To do —
Look below for the line containing "v -5.95 8 7.555"; from there, print each line exactly up to and including the line containing "v 50.5 -10 -14", and stop.

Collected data
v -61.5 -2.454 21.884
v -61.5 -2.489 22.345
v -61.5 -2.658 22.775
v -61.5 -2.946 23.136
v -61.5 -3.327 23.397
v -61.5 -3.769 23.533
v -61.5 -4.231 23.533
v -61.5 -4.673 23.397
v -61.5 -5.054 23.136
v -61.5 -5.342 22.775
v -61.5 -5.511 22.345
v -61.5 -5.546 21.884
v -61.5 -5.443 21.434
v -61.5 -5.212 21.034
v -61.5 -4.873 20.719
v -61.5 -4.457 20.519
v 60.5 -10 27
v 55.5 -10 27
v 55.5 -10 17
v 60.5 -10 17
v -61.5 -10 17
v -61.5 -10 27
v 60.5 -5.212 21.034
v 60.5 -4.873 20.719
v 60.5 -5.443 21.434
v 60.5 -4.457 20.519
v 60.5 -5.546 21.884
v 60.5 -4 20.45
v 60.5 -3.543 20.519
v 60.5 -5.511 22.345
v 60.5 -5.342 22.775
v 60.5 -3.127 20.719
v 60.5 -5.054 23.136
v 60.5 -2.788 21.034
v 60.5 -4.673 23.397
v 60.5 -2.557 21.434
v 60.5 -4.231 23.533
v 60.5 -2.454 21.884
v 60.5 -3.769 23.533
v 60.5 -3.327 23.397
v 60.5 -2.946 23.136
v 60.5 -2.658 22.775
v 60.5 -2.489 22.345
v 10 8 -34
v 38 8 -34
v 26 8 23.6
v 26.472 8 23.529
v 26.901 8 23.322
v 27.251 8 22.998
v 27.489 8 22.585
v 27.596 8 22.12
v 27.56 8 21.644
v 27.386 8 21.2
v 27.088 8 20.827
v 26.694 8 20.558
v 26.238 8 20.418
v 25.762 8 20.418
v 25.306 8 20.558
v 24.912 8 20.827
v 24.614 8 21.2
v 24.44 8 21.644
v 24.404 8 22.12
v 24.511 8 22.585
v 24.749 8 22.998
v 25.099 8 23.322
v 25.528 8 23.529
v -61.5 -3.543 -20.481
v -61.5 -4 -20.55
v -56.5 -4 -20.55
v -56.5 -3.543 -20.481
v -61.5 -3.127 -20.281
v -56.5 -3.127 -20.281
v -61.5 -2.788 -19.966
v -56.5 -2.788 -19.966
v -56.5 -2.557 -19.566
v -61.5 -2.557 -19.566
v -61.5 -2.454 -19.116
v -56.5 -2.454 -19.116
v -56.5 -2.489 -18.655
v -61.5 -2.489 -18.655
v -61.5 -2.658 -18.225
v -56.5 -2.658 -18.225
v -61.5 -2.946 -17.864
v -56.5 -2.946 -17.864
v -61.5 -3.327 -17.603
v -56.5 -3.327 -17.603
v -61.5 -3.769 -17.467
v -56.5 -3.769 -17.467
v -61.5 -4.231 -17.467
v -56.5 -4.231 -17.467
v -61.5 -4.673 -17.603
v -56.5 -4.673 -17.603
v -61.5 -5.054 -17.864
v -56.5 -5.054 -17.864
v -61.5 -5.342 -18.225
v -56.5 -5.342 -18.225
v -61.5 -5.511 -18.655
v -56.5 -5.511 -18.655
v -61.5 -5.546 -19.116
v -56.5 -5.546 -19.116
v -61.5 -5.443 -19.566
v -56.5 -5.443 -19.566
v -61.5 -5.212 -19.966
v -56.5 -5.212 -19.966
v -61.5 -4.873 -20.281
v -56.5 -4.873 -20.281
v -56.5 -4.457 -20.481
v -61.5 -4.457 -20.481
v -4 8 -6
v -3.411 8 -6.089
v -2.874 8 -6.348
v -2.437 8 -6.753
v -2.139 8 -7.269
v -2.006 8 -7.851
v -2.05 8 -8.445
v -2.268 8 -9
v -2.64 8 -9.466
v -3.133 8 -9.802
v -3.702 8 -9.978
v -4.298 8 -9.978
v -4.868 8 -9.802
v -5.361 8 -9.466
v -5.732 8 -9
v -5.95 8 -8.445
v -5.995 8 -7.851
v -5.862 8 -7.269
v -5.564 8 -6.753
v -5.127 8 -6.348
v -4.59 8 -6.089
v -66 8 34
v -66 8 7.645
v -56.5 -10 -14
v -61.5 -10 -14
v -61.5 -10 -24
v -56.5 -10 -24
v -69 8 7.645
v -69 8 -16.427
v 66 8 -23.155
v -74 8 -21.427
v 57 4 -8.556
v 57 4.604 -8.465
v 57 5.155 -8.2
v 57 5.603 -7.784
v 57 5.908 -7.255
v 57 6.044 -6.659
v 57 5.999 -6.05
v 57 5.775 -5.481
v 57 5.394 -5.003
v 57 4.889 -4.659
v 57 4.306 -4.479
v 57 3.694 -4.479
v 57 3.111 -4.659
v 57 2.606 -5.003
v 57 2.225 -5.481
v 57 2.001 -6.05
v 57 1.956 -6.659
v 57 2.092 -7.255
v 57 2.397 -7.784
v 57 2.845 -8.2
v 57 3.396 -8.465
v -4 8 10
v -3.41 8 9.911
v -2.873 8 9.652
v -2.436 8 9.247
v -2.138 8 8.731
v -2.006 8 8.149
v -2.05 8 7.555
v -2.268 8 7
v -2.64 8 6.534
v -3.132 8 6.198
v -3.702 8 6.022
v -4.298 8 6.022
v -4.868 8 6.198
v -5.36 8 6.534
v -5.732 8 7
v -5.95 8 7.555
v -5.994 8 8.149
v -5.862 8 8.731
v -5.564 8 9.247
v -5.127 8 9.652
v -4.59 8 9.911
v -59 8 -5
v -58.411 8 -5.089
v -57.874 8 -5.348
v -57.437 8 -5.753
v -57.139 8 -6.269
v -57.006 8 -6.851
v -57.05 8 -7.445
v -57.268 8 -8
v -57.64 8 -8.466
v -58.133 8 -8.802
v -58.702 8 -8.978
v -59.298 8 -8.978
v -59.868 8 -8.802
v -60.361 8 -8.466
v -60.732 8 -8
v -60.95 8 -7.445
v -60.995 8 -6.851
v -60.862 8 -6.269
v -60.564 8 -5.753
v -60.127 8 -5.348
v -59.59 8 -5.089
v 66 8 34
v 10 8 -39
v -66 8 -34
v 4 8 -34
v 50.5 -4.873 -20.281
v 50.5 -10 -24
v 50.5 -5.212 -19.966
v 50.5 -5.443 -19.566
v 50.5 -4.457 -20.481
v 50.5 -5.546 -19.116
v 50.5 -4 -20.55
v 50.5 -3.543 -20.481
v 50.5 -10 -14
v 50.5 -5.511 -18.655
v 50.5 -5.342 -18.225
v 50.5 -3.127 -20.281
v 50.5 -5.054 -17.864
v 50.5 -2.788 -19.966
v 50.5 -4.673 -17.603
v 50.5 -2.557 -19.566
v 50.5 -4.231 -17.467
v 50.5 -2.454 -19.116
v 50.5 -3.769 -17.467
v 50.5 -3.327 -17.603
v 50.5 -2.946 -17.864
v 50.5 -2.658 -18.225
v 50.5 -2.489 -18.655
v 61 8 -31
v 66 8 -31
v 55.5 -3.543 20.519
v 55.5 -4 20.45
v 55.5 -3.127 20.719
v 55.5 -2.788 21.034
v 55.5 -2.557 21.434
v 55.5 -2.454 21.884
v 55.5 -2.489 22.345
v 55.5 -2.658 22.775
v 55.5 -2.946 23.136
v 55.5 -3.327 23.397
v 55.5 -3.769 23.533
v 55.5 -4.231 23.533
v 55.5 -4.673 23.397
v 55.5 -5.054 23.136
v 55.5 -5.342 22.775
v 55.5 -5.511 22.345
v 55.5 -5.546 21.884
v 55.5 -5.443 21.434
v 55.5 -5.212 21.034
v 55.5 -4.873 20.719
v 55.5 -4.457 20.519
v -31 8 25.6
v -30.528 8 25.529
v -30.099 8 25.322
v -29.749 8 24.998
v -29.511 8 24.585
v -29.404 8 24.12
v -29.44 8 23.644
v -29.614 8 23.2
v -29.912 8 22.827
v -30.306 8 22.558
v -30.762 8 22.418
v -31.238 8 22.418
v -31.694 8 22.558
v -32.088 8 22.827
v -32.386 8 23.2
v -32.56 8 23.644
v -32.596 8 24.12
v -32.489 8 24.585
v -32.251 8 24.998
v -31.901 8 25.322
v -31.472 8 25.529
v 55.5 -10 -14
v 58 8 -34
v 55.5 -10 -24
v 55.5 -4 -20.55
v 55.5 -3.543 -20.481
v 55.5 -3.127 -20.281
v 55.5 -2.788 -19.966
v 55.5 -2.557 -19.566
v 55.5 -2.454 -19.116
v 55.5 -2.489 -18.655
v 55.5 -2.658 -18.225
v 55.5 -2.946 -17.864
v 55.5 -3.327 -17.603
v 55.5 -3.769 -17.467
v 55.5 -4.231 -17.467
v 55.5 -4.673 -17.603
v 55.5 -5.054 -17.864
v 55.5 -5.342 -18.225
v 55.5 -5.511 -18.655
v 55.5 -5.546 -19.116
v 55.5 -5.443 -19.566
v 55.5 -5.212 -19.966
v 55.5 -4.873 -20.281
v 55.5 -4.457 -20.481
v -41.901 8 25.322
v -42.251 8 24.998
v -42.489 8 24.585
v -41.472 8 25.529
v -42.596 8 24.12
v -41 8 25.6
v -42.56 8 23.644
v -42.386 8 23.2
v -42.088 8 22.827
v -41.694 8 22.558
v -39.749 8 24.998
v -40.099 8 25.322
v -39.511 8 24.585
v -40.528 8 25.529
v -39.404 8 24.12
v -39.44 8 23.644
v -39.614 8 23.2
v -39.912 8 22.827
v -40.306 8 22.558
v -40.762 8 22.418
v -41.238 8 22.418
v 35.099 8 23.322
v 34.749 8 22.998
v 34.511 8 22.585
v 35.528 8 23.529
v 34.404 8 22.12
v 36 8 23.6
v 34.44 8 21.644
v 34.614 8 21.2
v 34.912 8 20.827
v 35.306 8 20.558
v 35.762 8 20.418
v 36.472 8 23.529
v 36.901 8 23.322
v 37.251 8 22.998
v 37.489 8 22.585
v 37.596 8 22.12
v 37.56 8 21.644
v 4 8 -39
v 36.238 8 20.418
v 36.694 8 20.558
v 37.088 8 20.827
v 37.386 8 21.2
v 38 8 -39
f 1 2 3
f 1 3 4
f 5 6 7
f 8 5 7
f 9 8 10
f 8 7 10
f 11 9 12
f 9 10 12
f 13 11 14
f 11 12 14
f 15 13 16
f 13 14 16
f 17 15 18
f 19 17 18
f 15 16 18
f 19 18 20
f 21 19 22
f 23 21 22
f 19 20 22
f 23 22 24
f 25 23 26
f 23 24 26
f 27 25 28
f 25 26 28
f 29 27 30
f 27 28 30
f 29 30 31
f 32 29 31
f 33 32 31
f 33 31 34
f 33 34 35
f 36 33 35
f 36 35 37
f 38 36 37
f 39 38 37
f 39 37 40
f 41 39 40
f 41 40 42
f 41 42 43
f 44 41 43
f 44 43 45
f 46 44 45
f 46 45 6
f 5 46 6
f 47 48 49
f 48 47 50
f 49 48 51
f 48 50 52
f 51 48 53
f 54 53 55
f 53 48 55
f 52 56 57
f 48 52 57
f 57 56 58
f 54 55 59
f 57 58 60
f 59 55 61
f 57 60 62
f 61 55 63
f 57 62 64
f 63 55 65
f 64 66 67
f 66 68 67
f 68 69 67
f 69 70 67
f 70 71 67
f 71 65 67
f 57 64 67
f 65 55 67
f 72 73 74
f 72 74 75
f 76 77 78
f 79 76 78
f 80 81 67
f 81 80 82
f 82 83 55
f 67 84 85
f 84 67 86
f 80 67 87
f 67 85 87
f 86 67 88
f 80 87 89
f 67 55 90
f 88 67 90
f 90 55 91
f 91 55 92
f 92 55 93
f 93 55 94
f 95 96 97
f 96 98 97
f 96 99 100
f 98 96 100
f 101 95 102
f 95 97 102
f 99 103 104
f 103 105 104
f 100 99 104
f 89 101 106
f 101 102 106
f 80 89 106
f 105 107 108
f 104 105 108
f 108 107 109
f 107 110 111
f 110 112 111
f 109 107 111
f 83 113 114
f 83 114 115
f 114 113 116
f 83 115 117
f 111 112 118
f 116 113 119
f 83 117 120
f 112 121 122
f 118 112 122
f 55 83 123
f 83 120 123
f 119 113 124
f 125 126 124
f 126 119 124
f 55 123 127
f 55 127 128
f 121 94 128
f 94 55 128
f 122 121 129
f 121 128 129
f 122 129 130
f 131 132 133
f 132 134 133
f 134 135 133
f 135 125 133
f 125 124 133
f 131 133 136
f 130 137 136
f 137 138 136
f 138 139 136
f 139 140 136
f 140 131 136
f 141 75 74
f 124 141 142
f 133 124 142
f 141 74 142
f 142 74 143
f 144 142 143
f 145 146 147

--

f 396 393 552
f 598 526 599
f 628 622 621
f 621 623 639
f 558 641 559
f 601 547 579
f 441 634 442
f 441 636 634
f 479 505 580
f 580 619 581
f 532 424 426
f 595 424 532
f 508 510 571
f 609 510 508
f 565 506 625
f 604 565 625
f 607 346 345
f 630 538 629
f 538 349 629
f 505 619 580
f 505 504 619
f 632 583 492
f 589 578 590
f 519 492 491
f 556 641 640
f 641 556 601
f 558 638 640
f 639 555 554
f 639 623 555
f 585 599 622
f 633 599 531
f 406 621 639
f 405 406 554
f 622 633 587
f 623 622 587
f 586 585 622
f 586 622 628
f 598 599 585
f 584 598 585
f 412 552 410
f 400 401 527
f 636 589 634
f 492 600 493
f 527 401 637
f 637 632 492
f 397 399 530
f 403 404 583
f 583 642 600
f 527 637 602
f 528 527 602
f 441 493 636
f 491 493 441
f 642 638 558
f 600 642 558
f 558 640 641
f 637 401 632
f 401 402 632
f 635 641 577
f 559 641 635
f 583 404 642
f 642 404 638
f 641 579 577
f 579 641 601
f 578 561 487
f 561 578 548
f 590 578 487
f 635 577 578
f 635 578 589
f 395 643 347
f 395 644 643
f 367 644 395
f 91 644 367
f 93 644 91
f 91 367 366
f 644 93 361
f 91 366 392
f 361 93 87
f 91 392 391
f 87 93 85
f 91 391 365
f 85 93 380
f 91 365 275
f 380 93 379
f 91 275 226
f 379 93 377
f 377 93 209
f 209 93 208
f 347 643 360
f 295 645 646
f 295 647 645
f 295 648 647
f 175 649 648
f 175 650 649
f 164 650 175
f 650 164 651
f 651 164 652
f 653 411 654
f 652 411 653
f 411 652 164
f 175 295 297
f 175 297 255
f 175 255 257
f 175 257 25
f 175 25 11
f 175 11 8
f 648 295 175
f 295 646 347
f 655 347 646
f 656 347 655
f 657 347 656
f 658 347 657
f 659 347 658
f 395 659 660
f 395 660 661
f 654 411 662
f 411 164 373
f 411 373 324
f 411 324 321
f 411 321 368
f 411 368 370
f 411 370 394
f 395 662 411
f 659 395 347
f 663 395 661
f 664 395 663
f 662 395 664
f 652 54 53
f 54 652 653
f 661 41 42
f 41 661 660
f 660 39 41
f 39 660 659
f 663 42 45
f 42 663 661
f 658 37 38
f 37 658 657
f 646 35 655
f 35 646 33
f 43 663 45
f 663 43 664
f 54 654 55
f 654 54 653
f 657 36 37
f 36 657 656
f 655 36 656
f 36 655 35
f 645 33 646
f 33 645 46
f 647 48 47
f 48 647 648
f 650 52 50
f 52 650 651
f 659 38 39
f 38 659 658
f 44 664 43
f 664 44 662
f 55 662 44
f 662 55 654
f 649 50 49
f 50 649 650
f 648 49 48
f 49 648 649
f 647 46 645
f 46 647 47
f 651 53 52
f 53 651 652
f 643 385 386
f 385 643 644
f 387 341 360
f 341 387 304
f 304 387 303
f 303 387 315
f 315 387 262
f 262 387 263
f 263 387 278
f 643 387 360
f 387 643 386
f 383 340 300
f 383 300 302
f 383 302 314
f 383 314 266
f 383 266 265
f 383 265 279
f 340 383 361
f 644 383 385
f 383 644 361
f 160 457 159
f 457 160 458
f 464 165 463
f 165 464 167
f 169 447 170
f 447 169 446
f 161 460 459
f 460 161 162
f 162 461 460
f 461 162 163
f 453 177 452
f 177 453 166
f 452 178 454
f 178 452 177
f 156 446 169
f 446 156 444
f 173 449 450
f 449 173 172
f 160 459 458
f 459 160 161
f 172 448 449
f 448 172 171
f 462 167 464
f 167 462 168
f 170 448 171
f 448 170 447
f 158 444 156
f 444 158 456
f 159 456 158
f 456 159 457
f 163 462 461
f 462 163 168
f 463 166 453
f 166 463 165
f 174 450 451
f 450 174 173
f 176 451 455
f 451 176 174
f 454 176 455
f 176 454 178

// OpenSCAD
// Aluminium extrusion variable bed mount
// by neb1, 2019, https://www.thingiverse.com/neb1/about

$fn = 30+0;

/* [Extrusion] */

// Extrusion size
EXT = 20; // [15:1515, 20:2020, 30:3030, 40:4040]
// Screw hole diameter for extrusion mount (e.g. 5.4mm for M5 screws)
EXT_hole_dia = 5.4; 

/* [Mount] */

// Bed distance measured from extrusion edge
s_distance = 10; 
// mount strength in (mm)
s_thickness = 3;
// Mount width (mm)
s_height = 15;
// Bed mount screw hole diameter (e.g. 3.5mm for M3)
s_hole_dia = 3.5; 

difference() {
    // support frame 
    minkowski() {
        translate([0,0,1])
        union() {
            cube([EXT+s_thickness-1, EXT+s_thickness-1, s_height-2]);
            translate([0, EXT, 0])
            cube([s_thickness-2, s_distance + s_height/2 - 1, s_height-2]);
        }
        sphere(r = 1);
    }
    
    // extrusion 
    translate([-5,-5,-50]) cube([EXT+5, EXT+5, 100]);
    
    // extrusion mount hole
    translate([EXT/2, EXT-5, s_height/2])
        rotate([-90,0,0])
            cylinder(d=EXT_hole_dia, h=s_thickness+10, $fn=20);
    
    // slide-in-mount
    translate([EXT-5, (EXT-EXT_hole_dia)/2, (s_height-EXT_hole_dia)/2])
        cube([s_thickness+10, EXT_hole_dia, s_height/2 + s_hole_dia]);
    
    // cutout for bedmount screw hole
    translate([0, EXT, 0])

Task solution —
v -5.95 8 7.555
v -5.994 8 8.149
v -5.862 8 8.731
v -5.564 8 9.247
v -5.127 8 9.652
v -4.59 8 9.911
v -59 8 -5
v -58.411 8 -5.089
v -57.874 8 -5.348
v -57.437 8 -5.753
v -57.139 8 -6.269
v -57.006 8 -6.851
v -57.05 8 -7.445
v -57.268 8 -8
v -57.64 8 -8.466
v -58.133 8 -8.802
v -58.702 8 -8.978
v -59.298 8 -8.978
v -59.868 8 -8.802
v -60.361 8 -8.466
v -60.732 8 -8
v -60.95 8 -7.445
v -60.995 8 -6.851
v -60.862 8 -6.269
v -60.564 8 -5.753
v -60.127 8 -5.348
v -59.59 8 -5.089
v 66 8 34
v 10 8 -39
v -66 8 -34
v 4 8 -34
v 50.5 -4.873 -20.281
v 50.5 -10 -24
v 50.5 -5.212 -19.966
v 50.5 -5.443 -19.566
v 50.5 -4.457 -20.481
v 50.5 -5.546 -19.116
v 50.5 -4 -20.55
v 50.5 -3.543 -20.481
v 50.5 -10 -14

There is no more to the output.